Let’s have a little bit more time. Usually tax professionals are a little bit more friendly towards the end of the summer because they’re not have, have as much load and let’s try to go it that way. That way I think we have, everybody has the best probability for a good experience.


Oh, interesting. So sometimes when you’re working with tax professionals, you’ll just, you’ll take the initiative to say, ‘Hey, does it make sense? Just go ahead and send, extend this. Let’s give us some more time to work through this.’


Yeah. Because I haven’t had the communication with them. I may be getting introduced for the first time. And like you said, you know, a lot of tax professionals have hundreds of clients. And to try to slam that in, in the final hour is where I’ve found mistakes get made and things get overlooked. And again, I mean, in most instances you already know you’re gonna be paying. So <laugh>, it’s just like, just go ahead and write the check and let’s extend. I mean, that way we can kind of make sure that things are done correctly.


Yeah. Not only that, but there are some planning opportunities that will still be available through the extended deadline. As you look at some of the different retirement planning contributions. And so, I mean just like April 15th, isn’t the catchall for everything related to taxes because there are some things that are cut off at 1231, there are also a few opportunities that will go all the way to the extended deadline. And so this really, this reinforces, yeah, the really the essential nature of that proactive approach. You’ve gotta be thinking about these things and talking about ’em early, you’ve gotta be connecting, not just with the client, but with the tax professional as well. So that, that gets reported correctly. That’s such an essential step that I think, doesn’t always get the right emphasis put on it because it’s not as exciting to talk about. I get that it’s way more exciting to talk about the strategies and the projections and here’s how much money we can save over the next 10 years and all of that. And that’s a lot more exciting than, ‘and here’s the, here’s the form that, that number goes on or here’s the line that needs to be reported on.’ But when that step gets missed, I mean the time we spent on the strategy wasn’t worthwhile.
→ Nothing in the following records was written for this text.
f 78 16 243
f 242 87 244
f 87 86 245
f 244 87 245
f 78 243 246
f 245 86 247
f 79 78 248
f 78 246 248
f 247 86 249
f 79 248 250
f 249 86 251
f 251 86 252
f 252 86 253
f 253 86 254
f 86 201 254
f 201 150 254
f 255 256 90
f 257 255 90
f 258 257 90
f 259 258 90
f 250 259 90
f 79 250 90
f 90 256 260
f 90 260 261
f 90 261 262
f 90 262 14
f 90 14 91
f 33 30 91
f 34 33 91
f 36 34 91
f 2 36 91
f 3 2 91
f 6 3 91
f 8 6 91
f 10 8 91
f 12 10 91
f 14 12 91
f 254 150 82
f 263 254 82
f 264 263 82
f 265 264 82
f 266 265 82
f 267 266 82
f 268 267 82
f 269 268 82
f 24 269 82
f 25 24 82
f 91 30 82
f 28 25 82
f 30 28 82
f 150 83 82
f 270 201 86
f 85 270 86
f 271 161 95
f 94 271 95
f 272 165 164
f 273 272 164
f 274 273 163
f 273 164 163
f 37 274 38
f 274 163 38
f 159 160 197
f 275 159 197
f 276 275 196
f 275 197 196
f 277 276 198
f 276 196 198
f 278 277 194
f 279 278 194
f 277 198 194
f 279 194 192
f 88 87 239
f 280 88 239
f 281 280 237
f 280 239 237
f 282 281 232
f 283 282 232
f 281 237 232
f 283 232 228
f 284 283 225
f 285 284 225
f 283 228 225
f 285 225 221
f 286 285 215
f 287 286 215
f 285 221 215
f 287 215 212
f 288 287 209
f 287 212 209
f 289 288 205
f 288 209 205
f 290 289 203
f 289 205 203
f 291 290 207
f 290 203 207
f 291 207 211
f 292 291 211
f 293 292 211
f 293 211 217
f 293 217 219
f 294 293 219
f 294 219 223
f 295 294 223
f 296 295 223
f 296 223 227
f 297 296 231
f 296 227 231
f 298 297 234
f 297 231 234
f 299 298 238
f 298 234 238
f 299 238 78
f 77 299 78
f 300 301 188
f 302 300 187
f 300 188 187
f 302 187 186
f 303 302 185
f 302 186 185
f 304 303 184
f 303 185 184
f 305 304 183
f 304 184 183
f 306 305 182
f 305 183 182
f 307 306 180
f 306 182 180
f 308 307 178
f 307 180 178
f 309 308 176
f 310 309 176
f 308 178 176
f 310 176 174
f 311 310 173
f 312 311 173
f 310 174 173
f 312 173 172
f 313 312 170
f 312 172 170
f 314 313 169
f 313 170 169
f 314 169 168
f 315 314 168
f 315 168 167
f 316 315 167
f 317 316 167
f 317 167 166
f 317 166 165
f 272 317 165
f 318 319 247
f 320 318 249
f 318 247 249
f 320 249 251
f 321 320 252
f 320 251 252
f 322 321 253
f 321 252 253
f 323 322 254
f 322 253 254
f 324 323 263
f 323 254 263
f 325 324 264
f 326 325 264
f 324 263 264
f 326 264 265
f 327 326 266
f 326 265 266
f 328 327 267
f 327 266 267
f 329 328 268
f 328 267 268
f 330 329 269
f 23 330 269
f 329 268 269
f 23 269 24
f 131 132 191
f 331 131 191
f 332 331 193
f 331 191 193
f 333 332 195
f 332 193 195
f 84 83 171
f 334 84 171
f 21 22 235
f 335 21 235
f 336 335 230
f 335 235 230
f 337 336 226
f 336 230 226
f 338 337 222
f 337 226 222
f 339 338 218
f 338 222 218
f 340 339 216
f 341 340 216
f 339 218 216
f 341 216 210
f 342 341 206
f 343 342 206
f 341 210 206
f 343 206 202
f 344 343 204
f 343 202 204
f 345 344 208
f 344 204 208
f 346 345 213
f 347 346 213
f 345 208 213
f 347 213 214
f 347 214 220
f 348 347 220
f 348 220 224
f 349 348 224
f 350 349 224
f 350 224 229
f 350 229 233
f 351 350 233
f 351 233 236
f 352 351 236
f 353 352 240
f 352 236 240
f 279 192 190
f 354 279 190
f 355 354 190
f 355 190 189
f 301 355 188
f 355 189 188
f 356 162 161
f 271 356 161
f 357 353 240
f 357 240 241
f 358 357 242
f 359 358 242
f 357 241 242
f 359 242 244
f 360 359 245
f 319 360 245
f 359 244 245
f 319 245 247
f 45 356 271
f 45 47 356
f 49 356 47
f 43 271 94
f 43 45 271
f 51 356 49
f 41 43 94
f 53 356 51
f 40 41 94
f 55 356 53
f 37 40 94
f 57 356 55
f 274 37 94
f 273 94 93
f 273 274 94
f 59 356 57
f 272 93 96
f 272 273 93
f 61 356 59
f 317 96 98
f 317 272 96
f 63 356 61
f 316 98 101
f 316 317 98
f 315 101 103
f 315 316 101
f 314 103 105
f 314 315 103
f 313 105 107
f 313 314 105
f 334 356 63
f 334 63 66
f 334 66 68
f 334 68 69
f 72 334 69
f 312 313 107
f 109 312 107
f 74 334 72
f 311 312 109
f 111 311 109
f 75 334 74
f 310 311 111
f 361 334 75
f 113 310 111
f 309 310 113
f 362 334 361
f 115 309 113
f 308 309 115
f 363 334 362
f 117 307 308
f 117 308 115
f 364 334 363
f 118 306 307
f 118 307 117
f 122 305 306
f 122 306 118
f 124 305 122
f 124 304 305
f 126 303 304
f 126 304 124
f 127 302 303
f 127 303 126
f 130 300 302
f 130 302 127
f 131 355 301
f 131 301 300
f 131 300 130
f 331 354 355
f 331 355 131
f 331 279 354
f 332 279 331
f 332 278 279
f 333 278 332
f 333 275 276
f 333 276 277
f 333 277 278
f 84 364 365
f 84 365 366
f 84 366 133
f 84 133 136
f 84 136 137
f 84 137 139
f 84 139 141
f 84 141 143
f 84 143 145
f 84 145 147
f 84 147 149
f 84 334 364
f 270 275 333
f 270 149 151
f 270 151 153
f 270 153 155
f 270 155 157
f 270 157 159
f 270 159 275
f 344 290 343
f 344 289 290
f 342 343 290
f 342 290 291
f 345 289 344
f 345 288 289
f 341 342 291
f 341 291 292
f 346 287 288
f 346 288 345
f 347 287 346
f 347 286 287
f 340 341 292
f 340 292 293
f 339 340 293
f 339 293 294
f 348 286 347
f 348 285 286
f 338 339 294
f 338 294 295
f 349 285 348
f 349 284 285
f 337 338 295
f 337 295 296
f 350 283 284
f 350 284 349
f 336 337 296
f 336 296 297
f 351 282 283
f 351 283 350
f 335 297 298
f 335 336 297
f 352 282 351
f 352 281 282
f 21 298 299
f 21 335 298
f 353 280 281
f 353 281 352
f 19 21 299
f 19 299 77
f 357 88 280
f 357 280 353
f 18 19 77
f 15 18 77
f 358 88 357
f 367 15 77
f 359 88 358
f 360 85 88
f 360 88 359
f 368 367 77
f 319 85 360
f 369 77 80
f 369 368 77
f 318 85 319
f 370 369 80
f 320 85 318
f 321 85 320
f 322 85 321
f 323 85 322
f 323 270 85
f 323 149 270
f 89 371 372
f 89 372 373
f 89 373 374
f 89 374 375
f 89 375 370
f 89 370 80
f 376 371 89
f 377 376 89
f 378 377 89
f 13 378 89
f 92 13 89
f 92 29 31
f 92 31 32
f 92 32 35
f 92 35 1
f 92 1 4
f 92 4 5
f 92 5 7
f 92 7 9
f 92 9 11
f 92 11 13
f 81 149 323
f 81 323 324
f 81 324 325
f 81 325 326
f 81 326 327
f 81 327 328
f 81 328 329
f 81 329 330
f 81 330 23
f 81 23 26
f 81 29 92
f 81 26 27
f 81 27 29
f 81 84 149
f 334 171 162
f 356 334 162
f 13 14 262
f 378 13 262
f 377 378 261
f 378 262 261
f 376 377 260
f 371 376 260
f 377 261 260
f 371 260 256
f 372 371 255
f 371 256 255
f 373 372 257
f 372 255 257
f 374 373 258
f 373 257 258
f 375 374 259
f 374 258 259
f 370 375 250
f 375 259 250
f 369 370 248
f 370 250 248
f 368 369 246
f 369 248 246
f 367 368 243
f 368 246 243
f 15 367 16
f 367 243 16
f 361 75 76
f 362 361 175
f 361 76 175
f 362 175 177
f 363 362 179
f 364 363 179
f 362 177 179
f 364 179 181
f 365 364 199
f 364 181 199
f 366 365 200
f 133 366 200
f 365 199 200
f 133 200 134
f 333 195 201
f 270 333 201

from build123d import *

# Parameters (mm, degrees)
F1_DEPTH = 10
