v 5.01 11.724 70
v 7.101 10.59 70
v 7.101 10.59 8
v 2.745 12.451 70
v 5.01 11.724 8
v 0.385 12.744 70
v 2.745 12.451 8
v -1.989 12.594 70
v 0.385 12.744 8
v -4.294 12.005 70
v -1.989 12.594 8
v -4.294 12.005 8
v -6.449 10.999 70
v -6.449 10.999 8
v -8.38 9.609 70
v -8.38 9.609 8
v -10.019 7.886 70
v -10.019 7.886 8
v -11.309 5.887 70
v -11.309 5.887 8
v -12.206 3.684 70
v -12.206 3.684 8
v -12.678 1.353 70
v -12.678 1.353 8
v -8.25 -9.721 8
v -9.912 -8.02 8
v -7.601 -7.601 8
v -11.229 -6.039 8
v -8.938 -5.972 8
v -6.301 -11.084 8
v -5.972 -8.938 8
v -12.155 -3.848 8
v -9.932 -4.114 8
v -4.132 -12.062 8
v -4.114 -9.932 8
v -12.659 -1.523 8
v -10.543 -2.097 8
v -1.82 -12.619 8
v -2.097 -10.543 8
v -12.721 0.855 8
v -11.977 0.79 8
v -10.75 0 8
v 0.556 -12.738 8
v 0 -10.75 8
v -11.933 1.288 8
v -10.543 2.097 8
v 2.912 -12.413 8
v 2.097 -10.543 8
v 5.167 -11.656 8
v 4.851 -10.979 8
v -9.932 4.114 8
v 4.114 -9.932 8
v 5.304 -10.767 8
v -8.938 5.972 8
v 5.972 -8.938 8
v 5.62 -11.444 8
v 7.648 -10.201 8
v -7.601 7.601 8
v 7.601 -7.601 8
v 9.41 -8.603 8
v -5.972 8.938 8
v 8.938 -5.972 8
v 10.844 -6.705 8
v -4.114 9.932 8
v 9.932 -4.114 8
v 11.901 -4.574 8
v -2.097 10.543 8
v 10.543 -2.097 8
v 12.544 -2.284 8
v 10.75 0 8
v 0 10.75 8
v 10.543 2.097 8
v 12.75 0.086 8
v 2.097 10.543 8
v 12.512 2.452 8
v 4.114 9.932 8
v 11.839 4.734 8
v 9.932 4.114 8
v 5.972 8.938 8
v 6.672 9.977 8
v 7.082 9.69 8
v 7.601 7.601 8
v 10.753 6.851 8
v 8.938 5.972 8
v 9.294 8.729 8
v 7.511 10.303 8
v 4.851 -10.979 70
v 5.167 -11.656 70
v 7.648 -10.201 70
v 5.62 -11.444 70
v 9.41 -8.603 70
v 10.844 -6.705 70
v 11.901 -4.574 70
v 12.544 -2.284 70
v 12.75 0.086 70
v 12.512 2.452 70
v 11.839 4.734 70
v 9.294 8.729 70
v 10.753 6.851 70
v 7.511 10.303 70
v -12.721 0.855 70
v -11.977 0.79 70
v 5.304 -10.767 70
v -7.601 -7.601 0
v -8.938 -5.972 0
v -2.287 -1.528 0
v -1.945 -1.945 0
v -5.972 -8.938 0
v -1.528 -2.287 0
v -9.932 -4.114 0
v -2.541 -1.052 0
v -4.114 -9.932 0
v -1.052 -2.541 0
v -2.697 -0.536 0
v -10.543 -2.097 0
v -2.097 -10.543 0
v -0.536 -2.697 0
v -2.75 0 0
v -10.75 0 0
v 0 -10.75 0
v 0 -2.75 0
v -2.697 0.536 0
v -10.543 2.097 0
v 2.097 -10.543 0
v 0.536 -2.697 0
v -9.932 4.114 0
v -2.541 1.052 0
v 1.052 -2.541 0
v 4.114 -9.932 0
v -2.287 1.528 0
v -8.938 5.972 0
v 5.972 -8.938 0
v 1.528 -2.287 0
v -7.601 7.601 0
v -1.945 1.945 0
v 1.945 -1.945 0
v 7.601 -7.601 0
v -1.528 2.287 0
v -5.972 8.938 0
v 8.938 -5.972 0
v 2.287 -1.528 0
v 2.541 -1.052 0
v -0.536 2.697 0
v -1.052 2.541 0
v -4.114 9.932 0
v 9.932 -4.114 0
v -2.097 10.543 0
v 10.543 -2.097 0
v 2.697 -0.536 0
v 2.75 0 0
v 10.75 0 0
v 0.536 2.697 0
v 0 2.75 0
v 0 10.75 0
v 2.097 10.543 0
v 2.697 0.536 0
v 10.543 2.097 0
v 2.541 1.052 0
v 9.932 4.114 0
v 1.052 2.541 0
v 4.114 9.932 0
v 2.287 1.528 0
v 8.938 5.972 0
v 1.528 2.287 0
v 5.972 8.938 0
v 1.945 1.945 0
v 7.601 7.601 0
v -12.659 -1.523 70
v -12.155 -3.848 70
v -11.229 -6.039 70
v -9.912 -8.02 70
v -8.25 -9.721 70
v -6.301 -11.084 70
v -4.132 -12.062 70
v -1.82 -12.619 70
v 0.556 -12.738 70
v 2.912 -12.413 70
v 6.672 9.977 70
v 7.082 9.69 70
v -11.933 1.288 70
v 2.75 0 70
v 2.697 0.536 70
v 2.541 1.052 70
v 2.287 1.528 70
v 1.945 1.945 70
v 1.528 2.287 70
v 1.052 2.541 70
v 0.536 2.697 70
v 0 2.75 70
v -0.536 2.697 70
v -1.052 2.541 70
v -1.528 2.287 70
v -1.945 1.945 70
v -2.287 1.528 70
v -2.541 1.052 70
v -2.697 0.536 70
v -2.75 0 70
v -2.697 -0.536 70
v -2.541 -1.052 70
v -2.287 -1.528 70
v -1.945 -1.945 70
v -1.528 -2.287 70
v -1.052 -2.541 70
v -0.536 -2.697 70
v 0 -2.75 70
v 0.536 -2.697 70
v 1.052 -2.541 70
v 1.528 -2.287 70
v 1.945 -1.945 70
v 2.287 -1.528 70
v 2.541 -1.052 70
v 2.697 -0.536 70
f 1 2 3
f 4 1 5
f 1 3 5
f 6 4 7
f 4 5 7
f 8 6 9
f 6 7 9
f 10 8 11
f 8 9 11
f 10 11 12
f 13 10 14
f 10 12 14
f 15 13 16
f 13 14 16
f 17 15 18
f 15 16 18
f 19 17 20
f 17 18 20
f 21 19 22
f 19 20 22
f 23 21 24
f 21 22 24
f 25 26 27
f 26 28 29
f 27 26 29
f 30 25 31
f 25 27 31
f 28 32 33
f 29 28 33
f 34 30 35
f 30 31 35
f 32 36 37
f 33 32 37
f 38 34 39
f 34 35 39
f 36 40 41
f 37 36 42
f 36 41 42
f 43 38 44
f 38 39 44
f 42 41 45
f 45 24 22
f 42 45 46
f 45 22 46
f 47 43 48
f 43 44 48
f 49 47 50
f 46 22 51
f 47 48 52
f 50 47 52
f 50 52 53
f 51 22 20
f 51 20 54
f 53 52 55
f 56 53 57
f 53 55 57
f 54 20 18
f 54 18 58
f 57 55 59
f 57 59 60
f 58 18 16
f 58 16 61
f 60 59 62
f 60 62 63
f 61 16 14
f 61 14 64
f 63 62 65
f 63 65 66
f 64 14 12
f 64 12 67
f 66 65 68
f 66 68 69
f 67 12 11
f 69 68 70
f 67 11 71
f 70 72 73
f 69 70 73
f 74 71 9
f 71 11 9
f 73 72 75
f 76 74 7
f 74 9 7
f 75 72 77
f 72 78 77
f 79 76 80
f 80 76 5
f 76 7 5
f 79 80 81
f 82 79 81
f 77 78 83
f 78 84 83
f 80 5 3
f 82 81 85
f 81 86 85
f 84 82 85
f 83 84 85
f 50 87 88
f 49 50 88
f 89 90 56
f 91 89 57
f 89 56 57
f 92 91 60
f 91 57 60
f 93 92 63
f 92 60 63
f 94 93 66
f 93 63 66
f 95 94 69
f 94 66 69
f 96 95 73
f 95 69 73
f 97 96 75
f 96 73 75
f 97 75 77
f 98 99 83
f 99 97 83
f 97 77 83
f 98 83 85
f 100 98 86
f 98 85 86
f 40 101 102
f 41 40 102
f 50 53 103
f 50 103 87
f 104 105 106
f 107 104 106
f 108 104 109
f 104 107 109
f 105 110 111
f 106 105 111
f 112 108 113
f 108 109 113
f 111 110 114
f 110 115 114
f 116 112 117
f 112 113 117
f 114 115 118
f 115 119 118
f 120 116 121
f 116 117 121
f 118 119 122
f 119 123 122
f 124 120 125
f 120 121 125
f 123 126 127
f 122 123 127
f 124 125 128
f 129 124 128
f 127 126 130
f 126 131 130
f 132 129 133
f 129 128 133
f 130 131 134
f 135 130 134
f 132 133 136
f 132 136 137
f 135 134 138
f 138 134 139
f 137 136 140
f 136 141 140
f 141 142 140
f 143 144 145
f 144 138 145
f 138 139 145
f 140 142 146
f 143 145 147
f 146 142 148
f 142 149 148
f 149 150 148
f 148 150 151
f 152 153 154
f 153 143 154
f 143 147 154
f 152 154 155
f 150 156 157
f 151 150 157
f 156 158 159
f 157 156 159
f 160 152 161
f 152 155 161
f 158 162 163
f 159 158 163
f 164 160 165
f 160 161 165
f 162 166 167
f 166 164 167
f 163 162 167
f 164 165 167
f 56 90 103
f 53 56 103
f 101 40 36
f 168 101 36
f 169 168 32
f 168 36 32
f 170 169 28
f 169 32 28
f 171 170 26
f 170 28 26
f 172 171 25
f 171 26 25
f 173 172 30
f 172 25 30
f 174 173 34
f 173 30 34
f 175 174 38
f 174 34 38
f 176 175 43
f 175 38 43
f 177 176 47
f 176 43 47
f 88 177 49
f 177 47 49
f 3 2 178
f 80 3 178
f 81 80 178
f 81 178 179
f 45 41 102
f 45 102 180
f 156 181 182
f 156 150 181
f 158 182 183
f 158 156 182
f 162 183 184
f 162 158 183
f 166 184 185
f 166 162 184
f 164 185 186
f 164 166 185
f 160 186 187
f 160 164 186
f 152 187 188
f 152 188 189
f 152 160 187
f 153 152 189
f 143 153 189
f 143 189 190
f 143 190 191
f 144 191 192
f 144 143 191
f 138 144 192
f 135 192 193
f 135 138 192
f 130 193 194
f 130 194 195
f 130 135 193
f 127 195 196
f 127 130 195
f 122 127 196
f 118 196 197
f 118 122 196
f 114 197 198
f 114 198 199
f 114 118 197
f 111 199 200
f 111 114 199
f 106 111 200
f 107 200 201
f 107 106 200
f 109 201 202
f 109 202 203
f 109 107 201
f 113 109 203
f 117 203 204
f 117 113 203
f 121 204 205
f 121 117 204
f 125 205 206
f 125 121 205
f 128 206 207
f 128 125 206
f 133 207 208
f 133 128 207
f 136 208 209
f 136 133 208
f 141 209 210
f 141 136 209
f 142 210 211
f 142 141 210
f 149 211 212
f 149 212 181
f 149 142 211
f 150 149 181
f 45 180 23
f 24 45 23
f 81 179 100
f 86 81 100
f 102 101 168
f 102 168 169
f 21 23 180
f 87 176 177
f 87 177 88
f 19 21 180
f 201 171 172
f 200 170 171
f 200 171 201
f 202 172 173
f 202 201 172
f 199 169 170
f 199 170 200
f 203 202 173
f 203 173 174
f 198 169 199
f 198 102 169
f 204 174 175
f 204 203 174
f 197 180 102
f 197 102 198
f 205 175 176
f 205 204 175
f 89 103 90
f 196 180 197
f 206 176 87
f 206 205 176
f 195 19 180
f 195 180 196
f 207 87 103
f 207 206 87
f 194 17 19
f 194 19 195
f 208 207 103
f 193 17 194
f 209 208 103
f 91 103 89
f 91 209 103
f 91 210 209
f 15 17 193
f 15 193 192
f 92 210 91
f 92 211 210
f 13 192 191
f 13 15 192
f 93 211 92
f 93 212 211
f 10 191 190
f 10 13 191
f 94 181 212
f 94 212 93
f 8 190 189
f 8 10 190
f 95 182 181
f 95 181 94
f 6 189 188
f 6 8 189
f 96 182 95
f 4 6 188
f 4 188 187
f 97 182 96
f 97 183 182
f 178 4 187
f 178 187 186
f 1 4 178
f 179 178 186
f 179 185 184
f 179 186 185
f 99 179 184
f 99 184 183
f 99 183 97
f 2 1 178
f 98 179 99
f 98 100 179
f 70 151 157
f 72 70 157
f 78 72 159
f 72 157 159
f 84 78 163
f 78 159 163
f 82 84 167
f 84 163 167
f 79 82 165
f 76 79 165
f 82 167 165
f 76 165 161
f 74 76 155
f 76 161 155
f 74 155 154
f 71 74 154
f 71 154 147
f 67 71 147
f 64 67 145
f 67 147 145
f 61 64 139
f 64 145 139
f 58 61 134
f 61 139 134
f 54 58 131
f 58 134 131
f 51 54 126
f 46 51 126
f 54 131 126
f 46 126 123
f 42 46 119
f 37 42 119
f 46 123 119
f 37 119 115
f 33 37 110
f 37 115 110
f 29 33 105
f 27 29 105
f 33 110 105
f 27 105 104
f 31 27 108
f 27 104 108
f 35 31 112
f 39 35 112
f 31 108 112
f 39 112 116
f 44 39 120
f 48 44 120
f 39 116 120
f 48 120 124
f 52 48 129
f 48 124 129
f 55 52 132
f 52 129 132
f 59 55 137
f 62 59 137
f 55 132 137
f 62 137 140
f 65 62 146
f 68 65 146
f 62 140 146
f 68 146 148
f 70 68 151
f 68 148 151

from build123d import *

# Parameters (mm, degrees)
ESQUISSE1_R             = 10.75
ESQUISSE1_R_2           = 2.75
BASE_EXTRUSION_DEPTH    = 8
ESQUISSE2_R             = 12.75
ESQUISSE2_R_2           = 2.75
BOSS_EXTRU_1_DEPTH      = 62
ENL_V_MAT_EXTRU_1_REACH = 74.285


with BuildPart() as part:
    # Esquisse1 → Base-Extrusion (new body)
    with BuildSketch(Plane.XY):
        Circle(ESQUISSE1_R)
        Circle(ESQUISSE1_R_2, mode=Mode.SUBTRACT)
    extrude(amount=BASE_EXTRUSION_DEPTH)

    # Esquisse2 → Boss.-Extru.1 (add)
    with BuildSketch(Plane.XY.offset(8)):
        Circle(ESQUISSE2_R)
        Circle(ESQUISSE2_R_2, mode=Mode.SUBTRACT)
    extrude(amount=BOSS_EXTRU_1_DEPTH)

    # Esquisse4 → Enlèv. mat.-Extru.1 (cut, up to next)
    with BuildSketch(Plane.XY.offset(70), mode=Mode.PRIVATE) as enl_v_mat_extru_1_sk1:
        with BuildLine():
            Line((7.158163625, 10.671606885), (6.672416375, 9.977041632))
            Line((6.672416375, 9.977041632), (7.082156576, 9.690488028))
            Line((7.082156576, 9.690488028), (7.567903827, 10.385053282))
            ThreePointArc((7.567903827, 10.385053282), (7.364427601, 10.530323172), (7.158163625, 10.671606885))
        make_face()
    enl_v_mat_extru_1_tool1 = extrude(enl_v_mat_extru_1_sk1.sketch, amount=-ENL_V_MAT_EXTRU_1_REACH, mode=Mode.PRIVATE) & part.part
    # Esquisse4 → Enlèv. mat.-Extru.1 (cut, up to next)
    with BuildSketch(Plane.XY.offset(70), mode=Mode.PRIVATE) as enl_v_mat_extru_1_sk2:
        with BuildLine():
            Line((5.662800849, -11.534954987), (5.30416332, -10.767002901))
            Line((5.30416332, -10.767002901), (4.851130519, -10.978571523))
            Line((4.851130519, -10.978571523), (5.209768049, -11.746523608))
            ThreePointArc((5.209768049, -11.746523608), (5.437313576, -11.642942973), (5.662800849, -11.534954987))
        make_face()
    enl_v_mat_extru_1_tool2 = extrude(enl_v_mat_extru_1_sk2.sketch, amount=-ENL_V_MAT_EXTRU_1_REACH, mode=Mode.PRIVATE) & part.part
    # Esquisse4 → Enlèv. mat.-Extru.1 (cut, up to next)
    with BuildSketch(Plane.XY.offset(70), mode=Mode.PRIVATE) as enl_v_mat_extru_1_sk3:
        with BuildLine():
            Line((-12.820964474, 0.863348101), (-11.976579695, 0.78996127))
            Line((-11.976579695, 0.78996127), (-11.933287096, 1.288083495))
            Line((-11.933287096, 1.288083495), (-12.777671875, 1.361470326))
            ThreePointArc((-12.777671875, 1.361470326), (-12.801741178, 1.112619801), (-12.820964474, 0.863348101))
        make_face()
    enl_v_mat_extru_1_tool3 = extrude(enl_v_mat_extru_1_sk3.sketch, amount=-ENL_V_MAT_EXTRU_1_REACH, mode=Mode.PRIVATE) & part.part
    add(enl_v_mat_extru_1_tool1.solids().sort_by_distance((7.120625, 10.181712, 70))[0], mode=Mode.SUBTRACT)
    add(enl_v_mat_extru_1_tool2.solids().sort_by_distance((5.257309, -11.257498, 70))[0], mode=Mode.SUBTRACT)
    add(enl_v_mat_extru_1_tool3.solids().sort_by_distance((-12.377934, 1.075786, 70))[0], mode=Mode.SUBTRACT)


solid = part.part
Well, yeah and I think depending on the type of relationship you have a lot of clients in my experience at least, they point the finger at the advisor and that’s fine. I get that. We get the lion’s share of some  of the responsibility here. I was working with an RA for about six years before I started my firm. And I saw this extension strategy used all the time, you know, a lot of high net worth clients and you know, just the complexity of their positions. A lot of ’em had like K1’s, those things don’t even come to late March and early April. So how are you gonna, you know, file on time? So, you know, it was just kind of one of those things where it almost became like the default thing was  ‘let’s extend’. I mean, you’re, it’s good for these mid-summer late summer meetings with a tax professional involved, maybe like a three way conference and everybody just feels so much better and comfortable. That’s kind of the default position I started to take.

Handling Pushback From Clients And A Professional Anecdote [14:07]


Yeah. So one of the, one of the things I’ll hear from advisors that they get pushback from clients is, ‘Well, I have a tax professional, so you don’t need to look at my tax return.’ You know, ‘they’re taking care of this for me.’ Do you ever hear that? Or how do you handle the expectations of that conversation?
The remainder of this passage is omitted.